_Problem description_
In the records that follow, find the line with "v -84.948 38.743 -2.5"; from there, retype every line exactly through the line with "v 84.921 1.253 -2.5", which also belongs to the answer.

_Data records_
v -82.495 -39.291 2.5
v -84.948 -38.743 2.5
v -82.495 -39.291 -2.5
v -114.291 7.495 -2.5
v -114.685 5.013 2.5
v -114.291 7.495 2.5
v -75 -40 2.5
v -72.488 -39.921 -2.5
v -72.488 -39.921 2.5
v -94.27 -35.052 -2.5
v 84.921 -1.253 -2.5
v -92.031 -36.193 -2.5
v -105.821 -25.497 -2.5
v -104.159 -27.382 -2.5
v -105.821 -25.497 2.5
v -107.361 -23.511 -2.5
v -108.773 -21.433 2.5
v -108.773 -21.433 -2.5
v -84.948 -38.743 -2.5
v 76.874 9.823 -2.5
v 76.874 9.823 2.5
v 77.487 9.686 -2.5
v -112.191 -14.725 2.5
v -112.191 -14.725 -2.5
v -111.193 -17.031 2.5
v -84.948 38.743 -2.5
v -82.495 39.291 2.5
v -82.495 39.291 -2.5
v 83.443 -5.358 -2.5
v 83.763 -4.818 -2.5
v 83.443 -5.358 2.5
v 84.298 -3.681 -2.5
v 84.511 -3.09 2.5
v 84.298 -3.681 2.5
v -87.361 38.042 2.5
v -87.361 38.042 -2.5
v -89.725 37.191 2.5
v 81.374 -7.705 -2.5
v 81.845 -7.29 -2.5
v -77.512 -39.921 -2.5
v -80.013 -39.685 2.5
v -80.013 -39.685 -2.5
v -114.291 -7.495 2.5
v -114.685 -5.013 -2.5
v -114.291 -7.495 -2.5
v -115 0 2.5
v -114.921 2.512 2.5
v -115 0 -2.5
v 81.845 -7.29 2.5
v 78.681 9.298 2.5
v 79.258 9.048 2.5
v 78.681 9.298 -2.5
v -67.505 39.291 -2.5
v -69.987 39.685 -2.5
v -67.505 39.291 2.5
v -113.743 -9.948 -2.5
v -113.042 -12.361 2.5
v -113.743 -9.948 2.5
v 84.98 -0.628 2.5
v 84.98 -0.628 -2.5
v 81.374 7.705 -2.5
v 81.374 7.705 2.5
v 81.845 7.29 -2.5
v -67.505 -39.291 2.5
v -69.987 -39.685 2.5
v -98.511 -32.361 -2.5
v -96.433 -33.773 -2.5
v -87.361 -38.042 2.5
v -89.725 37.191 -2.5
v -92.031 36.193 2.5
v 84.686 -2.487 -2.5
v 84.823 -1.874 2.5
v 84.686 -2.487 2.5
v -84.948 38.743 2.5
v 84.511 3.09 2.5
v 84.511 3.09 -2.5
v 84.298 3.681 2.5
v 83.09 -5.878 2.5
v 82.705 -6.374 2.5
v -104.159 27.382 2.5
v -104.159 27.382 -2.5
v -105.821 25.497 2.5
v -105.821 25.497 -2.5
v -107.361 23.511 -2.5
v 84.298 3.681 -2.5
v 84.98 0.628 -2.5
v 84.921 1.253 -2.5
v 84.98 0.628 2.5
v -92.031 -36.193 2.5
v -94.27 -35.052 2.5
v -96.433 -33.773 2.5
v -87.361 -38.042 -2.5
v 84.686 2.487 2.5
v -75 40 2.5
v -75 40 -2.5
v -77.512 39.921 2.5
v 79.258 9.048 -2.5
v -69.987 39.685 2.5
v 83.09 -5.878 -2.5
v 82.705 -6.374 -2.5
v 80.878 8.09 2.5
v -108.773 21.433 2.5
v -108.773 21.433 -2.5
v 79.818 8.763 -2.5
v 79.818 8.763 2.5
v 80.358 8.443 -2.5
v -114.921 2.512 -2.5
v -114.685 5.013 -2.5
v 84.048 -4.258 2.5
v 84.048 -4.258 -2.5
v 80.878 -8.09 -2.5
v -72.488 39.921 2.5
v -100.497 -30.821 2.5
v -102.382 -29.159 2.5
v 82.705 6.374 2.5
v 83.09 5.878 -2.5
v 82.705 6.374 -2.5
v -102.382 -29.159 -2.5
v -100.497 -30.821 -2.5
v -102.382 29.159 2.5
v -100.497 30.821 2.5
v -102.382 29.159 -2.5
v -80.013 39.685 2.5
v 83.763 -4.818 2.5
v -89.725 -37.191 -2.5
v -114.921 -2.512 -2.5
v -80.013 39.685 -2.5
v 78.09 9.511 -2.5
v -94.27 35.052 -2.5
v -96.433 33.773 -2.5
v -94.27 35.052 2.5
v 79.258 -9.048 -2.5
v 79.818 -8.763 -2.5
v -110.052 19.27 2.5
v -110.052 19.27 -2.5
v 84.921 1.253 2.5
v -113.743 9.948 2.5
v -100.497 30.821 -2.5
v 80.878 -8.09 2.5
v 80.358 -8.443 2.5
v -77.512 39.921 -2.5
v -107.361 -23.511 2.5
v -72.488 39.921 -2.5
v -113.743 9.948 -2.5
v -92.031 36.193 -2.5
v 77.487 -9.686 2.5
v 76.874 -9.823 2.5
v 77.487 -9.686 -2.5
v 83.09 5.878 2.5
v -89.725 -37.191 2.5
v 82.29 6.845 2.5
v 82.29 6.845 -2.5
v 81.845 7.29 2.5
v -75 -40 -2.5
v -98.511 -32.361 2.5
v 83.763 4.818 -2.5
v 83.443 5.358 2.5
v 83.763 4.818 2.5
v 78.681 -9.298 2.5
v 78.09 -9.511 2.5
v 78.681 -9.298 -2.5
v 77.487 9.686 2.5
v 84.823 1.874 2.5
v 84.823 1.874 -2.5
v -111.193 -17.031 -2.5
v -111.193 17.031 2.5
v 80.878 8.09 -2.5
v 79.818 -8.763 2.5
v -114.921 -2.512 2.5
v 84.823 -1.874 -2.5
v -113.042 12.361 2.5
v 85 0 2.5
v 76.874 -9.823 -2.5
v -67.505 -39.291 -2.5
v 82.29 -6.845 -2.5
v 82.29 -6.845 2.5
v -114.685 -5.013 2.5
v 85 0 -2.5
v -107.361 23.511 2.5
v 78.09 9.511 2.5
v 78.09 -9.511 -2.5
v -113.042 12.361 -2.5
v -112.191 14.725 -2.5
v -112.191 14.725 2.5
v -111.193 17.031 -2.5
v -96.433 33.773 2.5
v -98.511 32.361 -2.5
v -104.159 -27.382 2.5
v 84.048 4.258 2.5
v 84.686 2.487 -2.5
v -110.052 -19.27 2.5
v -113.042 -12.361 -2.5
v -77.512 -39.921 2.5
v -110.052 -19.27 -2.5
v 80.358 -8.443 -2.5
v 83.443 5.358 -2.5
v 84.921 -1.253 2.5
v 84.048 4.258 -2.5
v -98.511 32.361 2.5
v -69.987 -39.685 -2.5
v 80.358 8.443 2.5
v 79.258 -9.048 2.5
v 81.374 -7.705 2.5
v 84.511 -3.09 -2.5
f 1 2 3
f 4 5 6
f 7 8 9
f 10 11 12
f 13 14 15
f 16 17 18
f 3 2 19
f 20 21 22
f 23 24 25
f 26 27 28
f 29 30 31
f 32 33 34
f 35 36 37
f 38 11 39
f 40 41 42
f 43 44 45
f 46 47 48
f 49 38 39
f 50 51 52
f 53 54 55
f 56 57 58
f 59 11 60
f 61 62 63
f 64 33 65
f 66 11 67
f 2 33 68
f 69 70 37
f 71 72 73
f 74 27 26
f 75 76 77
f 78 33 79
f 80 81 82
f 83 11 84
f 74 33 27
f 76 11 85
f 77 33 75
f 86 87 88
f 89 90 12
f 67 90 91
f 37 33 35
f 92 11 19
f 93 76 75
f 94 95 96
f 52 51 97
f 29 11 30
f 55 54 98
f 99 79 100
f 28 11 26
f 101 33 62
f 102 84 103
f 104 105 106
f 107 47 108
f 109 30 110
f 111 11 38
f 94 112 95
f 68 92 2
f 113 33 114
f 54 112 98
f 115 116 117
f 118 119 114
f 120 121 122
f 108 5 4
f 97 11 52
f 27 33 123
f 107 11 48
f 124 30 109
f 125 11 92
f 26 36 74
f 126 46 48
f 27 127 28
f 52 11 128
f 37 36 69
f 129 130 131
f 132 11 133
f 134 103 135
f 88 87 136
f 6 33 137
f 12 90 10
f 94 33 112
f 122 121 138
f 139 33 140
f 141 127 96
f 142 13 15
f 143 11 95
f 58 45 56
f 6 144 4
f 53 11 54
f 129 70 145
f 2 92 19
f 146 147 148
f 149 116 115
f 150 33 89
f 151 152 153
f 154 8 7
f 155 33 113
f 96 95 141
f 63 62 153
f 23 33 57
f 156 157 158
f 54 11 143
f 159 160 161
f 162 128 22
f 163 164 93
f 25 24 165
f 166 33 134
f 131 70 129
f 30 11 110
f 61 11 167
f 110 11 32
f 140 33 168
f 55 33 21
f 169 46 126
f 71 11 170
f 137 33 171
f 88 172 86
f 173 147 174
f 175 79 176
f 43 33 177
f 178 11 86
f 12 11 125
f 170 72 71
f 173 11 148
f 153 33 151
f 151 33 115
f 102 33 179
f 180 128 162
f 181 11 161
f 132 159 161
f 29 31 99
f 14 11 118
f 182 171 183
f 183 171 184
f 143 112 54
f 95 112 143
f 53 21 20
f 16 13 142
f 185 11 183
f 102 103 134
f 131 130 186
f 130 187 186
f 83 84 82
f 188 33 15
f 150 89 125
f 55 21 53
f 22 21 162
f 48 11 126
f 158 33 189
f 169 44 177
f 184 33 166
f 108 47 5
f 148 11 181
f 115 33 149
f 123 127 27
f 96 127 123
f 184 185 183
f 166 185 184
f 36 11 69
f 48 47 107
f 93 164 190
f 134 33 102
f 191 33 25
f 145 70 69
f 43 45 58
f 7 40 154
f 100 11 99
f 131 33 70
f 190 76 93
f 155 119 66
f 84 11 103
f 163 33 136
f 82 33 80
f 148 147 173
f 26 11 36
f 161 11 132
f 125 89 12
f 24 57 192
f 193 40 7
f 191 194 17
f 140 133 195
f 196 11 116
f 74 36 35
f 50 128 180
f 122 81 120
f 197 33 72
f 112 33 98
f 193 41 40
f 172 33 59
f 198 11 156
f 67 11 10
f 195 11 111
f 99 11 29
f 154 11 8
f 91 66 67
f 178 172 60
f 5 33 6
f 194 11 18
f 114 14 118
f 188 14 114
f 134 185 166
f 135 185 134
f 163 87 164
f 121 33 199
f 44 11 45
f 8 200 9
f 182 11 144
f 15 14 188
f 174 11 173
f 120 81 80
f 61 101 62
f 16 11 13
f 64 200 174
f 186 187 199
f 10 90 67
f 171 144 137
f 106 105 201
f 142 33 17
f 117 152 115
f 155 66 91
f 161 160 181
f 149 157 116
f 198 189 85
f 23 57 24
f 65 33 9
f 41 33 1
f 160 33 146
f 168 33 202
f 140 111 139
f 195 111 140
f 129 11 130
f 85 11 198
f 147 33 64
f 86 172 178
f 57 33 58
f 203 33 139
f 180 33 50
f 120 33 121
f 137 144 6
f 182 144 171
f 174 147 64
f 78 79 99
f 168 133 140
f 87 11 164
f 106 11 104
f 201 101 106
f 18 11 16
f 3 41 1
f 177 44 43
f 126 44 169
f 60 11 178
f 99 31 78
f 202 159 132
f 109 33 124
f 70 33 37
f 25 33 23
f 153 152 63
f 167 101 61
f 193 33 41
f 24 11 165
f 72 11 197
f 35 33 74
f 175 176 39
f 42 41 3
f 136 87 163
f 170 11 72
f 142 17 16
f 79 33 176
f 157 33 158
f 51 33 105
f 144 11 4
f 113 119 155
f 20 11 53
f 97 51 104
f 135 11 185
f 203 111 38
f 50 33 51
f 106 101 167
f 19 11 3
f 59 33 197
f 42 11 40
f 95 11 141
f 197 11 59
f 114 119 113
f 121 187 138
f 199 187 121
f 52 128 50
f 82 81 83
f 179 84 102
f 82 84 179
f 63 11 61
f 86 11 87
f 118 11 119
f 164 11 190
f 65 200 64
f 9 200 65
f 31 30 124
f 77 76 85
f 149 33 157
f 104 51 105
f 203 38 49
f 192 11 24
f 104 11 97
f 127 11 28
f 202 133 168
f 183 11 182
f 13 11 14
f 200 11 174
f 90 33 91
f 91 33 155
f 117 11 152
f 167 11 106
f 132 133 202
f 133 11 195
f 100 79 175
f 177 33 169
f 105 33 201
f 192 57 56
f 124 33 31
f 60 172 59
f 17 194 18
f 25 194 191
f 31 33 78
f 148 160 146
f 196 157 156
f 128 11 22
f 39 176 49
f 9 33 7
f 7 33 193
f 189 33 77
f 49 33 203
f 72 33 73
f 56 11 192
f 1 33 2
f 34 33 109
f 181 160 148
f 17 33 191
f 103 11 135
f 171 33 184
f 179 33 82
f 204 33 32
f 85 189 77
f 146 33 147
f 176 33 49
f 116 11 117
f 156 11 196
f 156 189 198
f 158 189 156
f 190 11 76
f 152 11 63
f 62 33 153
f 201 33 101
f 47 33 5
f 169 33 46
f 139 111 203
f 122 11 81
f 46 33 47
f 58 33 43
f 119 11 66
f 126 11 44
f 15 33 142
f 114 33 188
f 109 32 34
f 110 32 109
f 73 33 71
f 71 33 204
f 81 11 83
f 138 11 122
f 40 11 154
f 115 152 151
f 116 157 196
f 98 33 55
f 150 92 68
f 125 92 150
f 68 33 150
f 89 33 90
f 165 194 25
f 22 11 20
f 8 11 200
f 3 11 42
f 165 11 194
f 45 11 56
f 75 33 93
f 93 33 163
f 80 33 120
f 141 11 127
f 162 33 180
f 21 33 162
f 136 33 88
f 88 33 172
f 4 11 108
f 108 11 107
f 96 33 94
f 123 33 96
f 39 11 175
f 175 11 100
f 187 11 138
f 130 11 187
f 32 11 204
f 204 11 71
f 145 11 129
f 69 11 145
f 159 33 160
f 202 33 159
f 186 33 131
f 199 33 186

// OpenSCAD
// Este es un ejemplo de uso de las tangentes.
r1 = 40;        // Cilindro grande
r2 = 10;        // Cilindro pequeño
th = 5;         // Altura de los cilindros
d  = r1 +r2 + 100;   // Distancia entre los cilindros


hull(){
translate([-d/2, 0, 0])
    cylinder(r = r1, h = th, $fn = 100, center = true);
    
translate([d/2, 0, 0])
    cylinder(r = r2, h = th, $fn = 100, center = true);
    
}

_Response to the exercise_
v -84.948 38.743 -2.5
v -82.495 39.291 2.5
v -82.495 39.291 -2.5
v 83.443 -5.358 -2.5
v 83.763 -4.818 -2.5
v 83.443 -5.358 2.5
v 84.298 -3.681 -2.5
v 84.511 -3.09 2.5
v 84.298 -3.681 2.5
v -87.361 38.042 2.5
v -87.361 38.042 -2.5
v -89.725 37.191 2.5
v 81.374 -7.705 -2.5
v 81.845 -7.29 -2.5
v -77.512 -39.921 -2.5
v -80.013 -39.685 2.5
v -80.013 -39.685 -2.5
v -114.291 -7.495 2.5
v -114.685 -5.013 -2.5
v -114.291 -7.495 -2.5
v -115 0 2.5
v -114.921 2.512 2.5
v -115 0 -2.5
v 81.845 -7.29 2.5
v 78.681 9.298 2.5
v 79.258 9.048 2.5
v 78.681 9.298 -2.5
v -67.505 39.291 -2.5
v -69.987 39.685 -2.5
v -67.505 39.291 2.5
v -113.743 -9.948 -2.5
v -113.042 -12.361 2.5
v -113.743 -9.948 2.5
v 84.98 -0.628 2.5
v 84.98 -0.628 -2.5
v 81.374 7.705 -2.5
v 81.374 7.705 2.5
v 81.845 7.29 -2.5
v -67.505 -39.291 2.5
v -69.987 -39.685 2.5
v -98.511 -32.361 -2.5
v -96.433 -33.773 -2.5
v -87.361 -38.042 2.5
v -89.725 37.191 -2.5
v -92.031 36.193 2.5
v 84.686 -2.487 -2.5
v 84.823 -1.874 2.5
v 84.686 -2.487 2.5
v -84.948 38.743 2.5
v 84.511 3.09 2.5
v 84.511 3.09 -2.5
v 84.298 3.681 2.5
v 83.09 -5.878 2.5
v 82.705 -6.374 2.5
v -104.159 27.382 2.5
v -104.159 27.382 -2.5
v -105.821 25.497 2.5
v -105.821 25.497 -2.5
v -107.361 23.511 -2.5
v 84.298 3.681 -2.5
v 84.98 0.628 -2.5
v 84.921 1.253 -2.5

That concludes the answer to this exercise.